Антон Семёнович обмяк, его трясло, папироса дрожала в руке.
— Ах, да, — продолжил Вадим Сергеевич, — его же расстреляли, что нет? А, его же закололи штыками, это Ивана Денисова с женой расстреляли в саду.
— Зачем? Зачем всё это? Что Вы хотите?
— Я Вам уже сказал, что я хочу, да не нервничайте, успокойтесь, доктор.
— Я не могу, я ничего не могу. Я ведь не участвую в самой операции, я только помогаю, и не хирургу, анестезиологу. Моя роль второстепенна, я…
— Ингода второстепенная роль может стать главной. Говорите, Вы помогаете анестезиологу?
— Да, что-то в этом роде.
— Значит от Вас зависит состав того препарата, который будут использовать при наркозе?
— Да.
— Ну, вот. А Вы говорите. Да, от Вас, дорогой мой доктор, именно всё и зависит! Правильно я говорю?

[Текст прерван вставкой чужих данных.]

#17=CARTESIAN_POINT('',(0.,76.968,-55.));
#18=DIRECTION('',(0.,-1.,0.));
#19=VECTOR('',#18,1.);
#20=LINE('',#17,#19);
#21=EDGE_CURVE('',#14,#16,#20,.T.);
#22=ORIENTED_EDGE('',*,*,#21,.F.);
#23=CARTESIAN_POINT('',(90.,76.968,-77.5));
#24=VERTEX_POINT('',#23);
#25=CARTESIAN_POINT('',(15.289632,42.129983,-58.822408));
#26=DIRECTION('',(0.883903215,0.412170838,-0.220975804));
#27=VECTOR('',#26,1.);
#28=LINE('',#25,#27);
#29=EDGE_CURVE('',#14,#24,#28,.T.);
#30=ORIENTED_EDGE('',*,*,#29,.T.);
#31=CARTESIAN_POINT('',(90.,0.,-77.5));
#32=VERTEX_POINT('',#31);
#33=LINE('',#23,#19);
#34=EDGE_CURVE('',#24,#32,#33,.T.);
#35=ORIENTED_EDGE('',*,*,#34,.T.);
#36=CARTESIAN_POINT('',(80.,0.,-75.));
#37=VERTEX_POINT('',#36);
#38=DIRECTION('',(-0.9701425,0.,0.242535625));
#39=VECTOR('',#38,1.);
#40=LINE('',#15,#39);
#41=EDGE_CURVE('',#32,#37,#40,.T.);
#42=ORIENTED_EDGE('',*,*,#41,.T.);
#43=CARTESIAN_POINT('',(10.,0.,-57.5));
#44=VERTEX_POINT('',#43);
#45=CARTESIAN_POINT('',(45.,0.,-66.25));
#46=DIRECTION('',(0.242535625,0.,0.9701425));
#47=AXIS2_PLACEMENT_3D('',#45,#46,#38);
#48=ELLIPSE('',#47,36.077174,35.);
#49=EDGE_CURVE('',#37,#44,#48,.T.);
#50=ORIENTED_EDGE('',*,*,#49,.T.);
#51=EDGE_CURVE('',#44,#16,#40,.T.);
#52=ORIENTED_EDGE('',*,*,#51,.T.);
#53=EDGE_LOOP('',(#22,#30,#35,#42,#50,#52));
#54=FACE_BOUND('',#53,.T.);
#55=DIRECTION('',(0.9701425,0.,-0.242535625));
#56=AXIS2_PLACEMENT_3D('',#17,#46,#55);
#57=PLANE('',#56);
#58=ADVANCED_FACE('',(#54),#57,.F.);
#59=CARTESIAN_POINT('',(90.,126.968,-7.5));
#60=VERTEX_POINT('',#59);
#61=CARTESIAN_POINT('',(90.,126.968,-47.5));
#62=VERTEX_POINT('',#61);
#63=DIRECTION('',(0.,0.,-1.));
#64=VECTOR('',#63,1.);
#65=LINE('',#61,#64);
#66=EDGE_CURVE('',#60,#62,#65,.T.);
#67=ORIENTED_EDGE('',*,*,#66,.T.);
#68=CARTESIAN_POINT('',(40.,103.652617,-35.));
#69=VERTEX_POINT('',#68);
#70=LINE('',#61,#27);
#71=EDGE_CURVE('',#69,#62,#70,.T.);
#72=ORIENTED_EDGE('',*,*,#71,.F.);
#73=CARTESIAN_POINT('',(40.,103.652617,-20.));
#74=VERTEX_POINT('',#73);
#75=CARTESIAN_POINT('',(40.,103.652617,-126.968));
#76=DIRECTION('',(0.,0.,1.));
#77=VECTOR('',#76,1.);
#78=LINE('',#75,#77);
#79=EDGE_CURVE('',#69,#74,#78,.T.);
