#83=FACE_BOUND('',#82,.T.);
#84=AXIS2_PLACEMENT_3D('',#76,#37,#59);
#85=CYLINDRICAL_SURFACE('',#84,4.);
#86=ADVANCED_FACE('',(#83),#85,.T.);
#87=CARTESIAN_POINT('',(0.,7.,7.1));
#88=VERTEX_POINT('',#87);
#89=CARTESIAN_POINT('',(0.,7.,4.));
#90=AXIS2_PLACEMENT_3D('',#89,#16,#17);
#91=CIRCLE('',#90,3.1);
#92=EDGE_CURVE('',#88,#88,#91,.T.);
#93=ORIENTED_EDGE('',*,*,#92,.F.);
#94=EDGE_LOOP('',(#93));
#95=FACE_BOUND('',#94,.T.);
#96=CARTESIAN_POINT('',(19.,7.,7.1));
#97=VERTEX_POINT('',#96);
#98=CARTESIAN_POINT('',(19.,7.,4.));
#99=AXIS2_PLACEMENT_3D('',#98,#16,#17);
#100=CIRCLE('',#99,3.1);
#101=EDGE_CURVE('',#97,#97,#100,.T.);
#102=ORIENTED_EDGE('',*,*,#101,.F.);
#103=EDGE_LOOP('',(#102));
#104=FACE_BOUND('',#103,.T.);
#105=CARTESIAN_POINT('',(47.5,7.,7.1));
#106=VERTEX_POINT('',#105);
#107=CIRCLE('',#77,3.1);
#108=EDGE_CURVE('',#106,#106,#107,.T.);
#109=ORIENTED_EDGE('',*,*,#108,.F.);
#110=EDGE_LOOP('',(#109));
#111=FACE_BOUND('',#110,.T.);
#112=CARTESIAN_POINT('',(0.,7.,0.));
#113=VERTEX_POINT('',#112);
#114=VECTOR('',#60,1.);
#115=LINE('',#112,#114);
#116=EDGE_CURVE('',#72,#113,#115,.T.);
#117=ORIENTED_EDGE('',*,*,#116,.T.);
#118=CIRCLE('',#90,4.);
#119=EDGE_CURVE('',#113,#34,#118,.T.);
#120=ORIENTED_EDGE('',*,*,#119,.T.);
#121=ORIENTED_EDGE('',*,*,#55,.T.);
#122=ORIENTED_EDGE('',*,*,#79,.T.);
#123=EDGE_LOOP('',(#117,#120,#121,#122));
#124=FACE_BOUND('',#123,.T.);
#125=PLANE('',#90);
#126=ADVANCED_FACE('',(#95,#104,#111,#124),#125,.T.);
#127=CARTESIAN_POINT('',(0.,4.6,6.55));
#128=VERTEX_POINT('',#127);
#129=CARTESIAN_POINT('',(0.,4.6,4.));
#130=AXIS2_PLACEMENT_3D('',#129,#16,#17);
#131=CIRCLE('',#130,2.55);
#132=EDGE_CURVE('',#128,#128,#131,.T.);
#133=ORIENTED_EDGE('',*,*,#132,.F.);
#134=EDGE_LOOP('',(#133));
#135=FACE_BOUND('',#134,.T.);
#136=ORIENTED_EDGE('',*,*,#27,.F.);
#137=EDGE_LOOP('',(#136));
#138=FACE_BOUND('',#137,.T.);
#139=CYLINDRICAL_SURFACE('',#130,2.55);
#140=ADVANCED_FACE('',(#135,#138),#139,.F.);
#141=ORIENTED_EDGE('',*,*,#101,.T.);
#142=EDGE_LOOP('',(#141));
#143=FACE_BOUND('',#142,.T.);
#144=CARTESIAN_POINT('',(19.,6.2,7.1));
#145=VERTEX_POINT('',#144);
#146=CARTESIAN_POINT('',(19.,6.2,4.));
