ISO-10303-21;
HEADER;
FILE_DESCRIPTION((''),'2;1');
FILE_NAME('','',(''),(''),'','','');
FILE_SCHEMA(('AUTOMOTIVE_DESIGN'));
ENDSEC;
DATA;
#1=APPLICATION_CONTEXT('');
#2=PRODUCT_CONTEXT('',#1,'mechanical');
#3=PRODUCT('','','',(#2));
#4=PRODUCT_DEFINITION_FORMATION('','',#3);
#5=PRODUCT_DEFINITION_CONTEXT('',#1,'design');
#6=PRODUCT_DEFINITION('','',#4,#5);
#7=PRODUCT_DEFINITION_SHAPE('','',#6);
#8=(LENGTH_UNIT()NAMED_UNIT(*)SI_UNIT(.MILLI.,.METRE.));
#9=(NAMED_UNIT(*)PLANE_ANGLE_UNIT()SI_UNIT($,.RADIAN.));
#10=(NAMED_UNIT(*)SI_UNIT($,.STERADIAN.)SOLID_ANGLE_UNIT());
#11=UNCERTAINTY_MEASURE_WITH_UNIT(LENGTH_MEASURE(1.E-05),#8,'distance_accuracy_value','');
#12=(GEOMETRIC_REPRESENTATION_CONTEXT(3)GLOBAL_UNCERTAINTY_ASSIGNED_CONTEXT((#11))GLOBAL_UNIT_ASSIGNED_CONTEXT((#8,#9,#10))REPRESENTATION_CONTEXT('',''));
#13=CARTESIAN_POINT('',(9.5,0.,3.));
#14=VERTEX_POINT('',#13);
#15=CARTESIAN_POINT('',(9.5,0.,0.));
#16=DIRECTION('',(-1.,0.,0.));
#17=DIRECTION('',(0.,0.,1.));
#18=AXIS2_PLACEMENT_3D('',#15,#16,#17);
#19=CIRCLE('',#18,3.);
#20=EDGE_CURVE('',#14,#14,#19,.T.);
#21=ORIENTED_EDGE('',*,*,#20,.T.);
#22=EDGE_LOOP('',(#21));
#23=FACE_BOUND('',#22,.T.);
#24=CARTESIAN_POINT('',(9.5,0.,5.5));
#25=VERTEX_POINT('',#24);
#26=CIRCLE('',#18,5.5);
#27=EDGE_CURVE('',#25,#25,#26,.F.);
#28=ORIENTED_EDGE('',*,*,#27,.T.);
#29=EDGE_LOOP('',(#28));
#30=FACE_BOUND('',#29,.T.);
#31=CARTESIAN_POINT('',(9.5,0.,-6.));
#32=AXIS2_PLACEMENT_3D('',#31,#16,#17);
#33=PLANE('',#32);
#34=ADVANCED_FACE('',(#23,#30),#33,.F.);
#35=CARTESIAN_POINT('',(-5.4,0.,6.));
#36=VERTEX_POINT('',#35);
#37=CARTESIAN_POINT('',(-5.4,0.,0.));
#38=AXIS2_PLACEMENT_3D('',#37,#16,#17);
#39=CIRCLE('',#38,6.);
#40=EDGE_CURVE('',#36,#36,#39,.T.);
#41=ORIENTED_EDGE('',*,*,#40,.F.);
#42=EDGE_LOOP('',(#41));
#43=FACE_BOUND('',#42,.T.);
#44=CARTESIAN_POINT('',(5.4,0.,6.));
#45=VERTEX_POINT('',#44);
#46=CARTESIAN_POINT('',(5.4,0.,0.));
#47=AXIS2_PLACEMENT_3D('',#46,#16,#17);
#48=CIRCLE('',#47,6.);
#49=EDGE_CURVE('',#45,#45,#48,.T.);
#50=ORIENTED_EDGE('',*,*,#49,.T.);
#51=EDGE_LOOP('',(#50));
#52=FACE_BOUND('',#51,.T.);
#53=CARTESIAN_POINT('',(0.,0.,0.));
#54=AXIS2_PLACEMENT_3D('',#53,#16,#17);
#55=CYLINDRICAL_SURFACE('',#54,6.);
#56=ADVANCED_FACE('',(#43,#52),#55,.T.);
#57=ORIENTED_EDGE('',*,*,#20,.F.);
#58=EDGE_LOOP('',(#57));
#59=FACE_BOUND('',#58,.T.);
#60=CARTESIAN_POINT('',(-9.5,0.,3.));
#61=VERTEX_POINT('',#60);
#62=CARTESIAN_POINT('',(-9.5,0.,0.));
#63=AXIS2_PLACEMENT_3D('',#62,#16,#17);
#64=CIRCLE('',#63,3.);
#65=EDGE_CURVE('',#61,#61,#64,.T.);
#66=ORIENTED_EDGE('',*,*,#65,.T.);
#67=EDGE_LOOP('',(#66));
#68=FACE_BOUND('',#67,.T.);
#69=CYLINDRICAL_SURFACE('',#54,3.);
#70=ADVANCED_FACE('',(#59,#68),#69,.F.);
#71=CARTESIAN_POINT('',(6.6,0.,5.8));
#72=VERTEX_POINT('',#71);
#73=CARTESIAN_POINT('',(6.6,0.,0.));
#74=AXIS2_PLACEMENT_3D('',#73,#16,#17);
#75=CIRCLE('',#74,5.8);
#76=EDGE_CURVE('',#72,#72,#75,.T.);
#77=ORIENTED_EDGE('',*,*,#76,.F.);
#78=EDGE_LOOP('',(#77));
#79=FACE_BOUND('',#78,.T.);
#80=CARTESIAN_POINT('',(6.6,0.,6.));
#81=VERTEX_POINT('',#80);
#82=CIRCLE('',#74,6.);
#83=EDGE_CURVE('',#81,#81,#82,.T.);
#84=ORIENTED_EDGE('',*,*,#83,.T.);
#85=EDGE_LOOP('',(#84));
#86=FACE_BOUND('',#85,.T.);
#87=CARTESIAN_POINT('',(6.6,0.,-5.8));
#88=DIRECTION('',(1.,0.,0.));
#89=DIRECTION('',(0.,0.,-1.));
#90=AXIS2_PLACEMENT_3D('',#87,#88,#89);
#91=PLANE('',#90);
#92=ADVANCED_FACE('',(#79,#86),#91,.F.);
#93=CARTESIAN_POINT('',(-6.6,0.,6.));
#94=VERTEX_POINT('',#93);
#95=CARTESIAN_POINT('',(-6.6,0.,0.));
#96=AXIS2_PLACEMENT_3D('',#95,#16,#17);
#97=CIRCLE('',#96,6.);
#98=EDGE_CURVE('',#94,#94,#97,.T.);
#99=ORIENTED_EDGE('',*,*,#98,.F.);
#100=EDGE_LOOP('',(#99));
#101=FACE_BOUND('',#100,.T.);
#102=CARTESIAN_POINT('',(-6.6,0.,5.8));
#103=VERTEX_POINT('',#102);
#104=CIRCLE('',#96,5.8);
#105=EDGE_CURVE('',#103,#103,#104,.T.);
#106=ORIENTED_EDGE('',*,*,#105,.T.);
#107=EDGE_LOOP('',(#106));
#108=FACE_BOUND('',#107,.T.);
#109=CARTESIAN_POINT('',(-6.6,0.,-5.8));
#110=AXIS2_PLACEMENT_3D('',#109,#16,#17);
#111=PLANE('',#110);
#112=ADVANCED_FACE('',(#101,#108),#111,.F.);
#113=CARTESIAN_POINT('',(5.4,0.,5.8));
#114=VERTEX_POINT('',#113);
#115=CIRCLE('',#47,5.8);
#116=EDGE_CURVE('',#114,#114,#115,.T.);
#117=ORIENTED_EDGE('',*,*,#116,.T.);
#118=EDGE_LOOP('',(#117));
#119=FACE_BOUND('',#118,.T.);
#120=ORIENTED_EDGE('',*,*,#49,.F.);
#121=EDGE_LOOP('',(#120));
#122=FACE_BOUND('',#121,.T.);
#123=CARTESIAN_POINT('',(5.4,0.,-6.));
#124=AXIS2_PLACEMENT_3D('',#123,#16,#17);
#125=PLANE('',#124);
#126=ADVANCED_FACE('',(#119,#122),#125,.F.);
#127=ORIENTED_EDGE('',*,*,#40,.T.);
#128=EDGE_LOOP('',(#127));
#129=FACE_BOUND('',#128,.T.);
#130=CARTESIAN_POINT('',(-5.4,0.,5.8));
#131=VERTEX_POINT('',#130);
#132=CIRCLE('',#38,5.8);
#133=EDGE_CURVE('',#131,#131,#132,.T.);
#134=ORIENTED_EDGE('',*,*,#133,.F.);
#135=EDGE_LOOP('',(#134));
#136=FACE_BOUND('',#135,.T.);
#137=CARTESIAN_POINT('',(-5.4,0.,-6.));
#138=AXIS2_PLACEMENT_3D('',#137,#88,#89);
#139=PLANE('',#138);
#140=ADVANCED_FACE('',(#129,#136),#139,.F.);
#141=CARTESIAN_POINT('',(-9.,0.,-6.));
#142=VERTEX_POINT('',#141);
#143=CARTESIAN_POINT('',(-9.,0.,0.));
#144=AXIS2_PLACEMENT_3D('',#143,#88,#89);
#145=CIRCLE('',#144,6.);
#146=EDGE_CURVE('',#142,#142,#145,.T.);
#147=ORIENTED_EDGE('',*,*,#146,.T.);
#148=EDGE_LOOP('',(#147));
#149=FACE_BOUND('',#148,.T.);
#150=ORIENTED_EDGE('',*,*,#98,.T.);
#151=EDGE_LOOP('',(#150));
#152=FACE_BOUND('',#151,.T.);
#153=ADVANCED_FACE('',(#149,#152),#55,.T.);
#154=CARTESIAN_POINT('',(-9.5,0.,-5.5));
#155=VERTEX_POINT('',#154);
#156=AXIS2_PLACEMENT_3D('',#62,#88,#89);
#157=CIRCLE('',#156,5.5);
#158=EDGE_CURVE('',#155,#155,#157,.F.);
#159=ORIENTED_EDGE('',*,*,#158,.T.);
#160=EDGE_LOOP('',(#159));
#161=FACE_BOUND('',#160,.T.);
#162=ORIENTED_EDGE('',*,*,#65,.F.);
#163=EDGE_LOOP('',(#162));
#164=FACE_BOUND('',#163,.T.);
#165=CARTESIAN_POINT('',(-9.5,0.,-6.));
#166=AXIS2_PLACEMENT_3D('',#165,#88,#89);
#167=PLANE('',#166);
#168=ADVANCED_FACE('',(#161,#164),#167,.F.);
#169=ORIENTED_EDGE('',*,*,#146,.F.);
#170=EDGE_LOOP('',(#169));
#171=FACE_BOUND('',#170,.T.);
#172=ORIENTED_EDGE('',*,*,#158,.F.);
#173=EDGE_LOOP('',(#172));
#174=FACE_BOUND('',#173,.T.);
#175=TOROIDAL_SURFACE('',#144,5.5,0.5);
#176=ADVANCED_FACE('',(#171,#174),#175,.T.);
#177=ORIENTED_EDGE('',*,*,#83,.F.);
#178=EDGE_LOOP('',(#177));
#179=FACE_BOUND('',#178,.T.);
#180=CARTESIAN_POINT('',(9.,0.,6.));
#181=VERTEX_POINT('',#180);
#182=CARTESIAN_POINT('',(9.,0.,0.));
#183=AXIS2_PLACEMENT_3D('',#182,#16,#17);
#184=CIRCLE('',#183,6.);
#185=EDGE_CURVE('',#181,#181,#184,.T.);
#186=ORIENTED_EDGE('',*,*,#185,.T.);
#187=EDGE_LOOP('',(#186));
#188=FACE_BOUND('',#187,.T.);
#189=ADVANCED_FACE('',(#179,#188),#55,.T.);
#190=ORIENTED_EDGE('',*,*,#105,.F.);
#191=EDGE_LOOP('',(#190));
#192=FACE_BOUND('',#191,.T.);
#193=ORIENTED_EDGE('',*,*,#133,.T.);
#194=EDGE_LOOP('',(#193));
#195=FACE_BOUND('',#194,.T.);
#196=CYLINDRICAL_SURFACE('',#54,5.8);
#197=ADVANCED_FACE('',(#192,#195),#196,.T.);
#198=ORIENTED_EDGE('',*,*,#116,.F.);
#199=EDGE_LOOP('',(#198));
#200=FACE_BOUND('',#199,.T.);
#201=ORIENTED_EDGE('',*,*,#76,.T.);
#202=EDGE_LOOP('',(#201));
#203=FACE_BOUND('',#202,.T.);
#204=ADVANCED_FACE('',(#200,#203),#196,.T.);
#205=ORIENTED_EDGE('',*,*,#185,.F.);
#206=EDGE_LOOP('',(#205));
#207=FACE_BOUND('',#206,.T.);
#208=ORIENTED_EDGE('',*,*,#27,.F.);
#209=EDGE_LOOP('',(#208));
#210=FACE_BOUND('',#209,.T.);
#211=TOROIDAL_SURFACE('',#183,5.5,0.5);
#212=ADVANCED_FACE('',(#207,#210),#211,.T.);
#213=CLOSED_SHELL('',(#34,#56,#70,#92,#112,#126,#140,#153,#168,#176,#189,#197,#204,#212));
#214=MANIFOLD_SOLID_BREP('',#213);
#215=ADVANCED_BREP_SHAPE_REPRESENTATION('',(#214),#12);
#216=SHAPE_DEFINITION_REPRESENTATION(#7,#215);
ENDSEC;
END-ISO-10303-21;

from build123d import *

# Parameters (mm, degrees)
FILLET1_R = 0.5


with BuildPart() as part:
    # Sketch2 → Revolve1 (revolve)
    with BuildSketch(Plane(origin=(0, 0, 0), x_dir=(1, 0, 0), z_dir=(0, 1, 0)), mode=Mode.PRIVATE) as revolve1_sk:
        Polygon((-5.4, 6), (5.4, 6), (5.4, 5.8), (6.6, 5.8), (6.6, 6), (9.5, 6), (9.5, 3), (-9.5, 3), (-9.5, 6), (-6.6, 6), (-6.6, 5.8), (-5.4, 5.8), align=None)
    revolve(revolve1_sk.sketch.rotate(Axis((0, 0, 0), (1, 0, 0)), 180), axis=Axis((0, 0, 0), (1, 0, 0)))

    # Fillet1
    fillet1_edges = [part.edges().sort_by_distance(p)[0] for p in [
        (-9.5, 0, -6),
        (9.5, 0, -6),
    ]]
    fillet(fillet1_edges, radius=FILLET1_R)


solid = part.part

— Доктор кивнул, затягиваясь табачным дымом.
— Так, вот, милый мой, дорогой мой Антон Семёнович, меня не интересуют подробности Вашей работы, но если после операции товарищ Фрунзе окажется жив, то о том, что произошло в марте двадцатого года на станции Юшунь, станет известно и медперсоналу, и тем товарищам из ГПУ, которые по долгу службы очень заинтересуются Вашим прошлым.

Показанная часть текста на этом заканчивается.